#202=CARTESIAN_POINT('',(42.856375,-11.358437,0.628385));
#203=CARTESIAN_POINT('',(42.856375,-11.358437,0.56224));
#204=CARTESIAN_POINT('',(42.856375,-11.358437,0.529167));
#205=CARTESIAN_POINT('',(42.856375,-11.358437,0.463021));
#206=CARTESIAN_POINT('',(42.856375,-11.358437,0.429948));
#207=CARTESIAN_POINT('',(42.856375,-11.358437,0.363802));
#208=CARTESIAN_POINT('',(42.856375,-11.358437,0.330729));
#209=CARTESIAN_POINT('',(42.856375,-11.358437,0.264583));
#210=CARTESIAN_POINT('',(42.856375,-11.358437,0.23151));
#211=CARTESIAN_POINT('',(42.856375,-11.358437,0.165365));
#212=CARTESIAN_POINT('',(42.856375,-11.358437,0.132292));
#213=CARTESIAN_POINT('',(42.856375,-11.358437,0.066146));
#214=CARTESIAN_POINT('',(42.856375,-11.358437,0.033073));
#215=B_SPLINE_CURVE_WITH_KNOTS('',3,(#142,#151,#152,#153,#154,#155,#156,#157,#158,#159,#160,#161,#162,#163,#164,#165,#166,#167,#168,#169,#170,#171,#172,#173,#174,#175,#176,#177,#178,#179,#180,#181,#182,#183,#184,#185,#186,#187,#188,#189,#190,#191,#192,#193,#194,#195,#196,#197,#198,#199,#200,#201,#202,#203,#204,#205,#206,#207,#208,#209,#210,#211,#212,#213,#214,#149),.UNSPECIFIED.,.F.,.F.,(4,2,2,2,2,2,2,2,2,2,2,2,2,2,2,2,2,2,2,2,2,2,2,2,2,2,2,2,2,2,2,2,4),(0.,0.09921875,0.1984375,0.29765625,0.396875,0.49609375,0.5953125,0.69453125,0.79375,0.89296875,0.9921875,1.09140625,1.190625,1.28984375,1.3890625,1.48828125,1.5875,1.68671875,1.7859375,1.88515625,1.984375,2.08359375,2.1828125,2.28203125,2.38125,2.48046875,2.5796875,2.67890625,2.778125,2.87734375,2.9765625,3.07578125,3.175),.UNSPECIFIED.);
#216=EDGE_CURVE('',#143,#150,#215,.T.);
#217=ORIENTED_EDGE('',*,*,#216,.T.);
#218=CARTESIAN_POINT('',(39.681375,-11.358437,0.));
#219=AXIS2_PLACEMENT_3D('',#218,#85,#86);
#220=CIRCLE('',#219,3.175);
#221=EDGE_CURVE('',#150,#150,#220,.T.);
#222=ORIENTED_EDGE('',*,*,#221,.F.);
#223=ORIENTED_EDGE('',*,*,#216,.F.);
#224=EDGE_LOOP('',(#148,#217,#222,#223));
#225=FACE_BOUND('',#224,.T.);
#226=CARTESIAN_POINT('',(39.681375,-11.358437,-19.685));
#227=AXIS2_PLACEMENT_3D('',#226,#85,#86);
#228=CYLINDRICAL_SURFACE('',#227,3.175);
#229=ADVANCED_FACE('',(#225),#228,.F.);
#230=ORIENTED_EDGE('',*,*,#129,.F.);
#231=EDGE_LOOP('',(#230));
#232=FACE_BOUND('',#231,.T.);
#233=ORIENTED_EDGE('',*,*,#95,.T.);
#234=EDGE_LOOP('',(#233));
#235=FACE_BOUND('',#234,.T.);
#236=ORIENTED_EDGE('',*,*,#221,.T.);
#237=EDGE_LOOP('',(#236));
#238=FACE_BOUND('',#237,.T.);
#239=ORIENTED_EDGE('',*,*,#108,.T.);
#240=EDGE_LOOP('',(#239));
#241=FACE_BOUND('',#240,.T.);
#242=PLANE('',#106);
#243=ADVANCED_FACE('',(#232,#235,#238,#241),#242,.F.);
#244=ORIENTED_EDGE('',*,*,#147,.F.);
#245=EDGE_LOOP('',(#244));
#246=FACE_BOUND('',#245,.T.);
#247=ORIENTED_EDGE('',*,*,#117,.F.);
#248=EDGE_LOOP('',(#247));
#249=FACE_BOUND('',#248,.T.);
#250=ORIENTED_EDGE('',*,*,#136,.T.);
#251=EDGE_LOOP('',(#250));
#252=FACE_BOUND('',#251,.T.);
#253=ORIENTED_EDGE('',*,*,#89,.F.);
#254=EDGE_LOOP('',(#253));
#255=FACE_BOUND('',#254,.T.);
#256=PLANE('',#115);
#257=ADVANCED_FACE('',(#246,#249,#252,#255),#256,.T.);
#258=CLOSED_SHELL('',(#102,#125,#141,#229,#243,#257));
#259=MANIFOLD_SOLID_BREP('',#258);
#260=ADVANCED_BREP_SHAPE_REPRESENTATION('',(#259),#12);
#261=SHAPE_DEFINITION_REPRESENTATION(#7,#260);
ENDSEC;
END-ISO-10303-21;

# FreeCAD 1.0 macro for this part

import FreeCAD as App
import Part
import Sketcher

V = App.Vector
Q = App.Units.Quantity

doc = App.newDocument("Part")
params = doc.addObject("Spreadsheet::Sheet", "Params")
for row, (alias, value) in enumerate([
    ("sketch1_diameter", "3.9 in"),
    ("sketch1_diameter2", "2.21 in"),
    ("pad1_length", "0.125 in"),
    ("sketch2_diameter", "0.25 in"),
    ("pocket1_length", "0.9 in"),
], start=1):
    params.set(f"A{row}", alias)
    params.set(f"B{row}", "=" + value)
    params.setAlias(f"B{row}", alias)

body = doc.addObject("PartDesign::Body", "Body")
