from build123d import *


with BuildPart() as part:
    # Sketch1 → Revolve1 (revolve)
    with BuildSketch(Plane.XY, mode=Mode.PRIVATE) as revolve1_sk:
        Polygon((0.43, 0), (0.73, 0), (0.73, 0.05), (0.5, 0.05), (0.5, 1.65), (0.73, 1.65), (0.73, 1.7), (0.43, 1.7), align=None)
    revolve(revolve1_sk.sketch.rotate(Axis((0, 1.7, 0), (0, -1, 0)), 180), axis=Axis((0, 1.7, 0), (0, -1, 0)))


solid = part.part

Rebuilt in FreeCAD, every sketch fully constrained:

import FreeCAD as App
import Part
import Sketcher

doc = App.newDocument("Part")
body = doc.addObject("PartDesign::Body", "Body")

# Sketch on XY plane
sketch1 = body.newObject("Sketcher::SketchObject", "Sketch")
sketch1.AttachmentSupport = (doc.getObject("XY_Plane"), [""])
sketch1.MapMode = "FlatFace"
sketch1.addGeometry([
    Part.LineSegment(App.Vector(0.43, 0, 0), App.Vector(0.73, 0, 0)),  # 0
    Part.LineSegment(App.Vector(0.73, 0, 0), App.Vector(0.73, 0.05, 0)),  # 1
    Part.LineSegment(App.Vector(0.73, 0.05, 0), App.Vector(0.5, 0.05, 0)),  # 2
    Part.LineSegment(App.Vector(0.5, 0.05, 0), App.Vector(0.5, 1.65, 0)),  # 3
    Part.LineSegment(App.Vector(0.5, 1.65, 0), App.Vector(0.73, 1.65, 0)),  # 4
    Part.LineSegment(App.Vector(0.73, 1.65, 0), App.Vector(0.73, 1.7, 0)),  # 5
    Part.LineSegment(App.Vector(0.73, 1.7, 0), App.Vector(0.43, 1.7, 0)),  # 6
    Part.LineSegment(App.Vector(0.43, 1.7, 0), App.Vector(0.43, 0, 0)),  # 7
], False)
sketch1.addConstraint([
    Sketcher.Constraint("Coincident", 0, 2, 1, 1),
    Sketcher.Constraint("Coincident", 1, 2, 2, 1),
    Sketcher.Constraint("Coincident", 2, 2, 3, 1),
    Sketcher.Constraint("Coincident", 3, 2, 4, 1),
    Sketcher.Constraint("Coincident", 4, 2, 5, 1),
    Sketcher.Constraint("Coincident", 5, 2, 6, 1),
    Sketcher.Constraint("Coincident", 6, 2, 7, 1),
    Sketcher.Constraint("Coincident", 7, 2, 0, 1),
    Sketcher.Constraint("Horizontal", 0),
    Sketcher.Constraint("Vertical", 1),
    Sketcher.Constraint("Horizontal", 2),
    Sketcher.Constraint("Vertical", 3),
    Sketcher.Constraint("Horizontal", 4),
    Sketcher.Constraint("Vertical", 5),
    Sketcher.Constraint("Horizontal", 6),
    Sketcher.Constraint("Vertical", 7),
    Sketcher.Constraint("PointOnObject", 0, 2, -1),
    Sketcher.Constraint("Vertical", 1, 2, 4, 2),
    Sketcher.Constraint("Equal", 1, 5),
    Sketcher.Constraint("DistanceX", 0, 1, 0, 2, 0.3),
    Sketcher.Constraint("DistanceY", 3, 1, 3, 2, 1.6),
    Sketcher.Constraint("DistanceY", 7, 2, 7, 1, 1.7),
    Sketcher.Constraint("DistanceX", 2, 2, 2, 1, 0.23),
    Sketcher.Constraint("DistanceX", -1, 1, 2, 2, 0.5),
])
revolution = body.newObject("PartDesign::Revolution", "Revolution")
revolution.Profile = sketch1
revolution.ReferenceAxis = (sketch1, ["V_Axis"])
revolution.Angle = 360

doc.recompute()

-=-=-=-=-

§ ASSIGNMENT
Looking back over the data above, restate word for word the lines that begin at the line with "#239=ORIENTED_EDGE('',*,*,#108,.T.);" and end at the line with "#260=ADVANCED_BREP_SHAPE_REPRESENTATION('',(#259),#12);", inclusive.

§ ANSWER TO THIS PROBLEM
#239=ORIENTED_EDGE('',*,*,#108,.T.);
#240=EDGE_LOOP('',(#239));
#241=FACE_BOUND('',#240,.T.);
#242=PLANE('',#106);
#243=ADVANCED_FACE('',(#232,#235,#238,#241),#242,.F.);
#244=ORIENTED_EDGE('',*,*,#147,.F.);
#245=EDGE_LOOP('',(#244));
#246=FACE_BOUND('',#245,.T.);
#247=ORIENTED_EDGE('',*,*,#117,.F.);
#248=EDGE_LOOP('',(#247));
#249=FACE_BOUND('',#248,.T.);
#250=ORIENTED_EDGE('',*,*,#136,.T.);
#251=EDGE_LOOP('',(#250));
#252=FACE_BOUND('',#251,.T.);
#253=ORIENTED_EDGE('',*,*,#89,.F.);
#254=EDGE_LOOP('',(#253));
#255=FACE_BOUND('',#254,.T.);
#256=PLANE('',#115);
#257=ADVANCED_FACE('',(#246,#249,#252,#255),#256,.T.);
#258=CLOSED_SHELL('',(#102,#125,#141,#229,#243,#257));
#259=MANIFOLD_SOLID_BREP('',#258);
#260=ADVANCED_BREP_SHAPE_REPRESENTATION('',(#259),#12);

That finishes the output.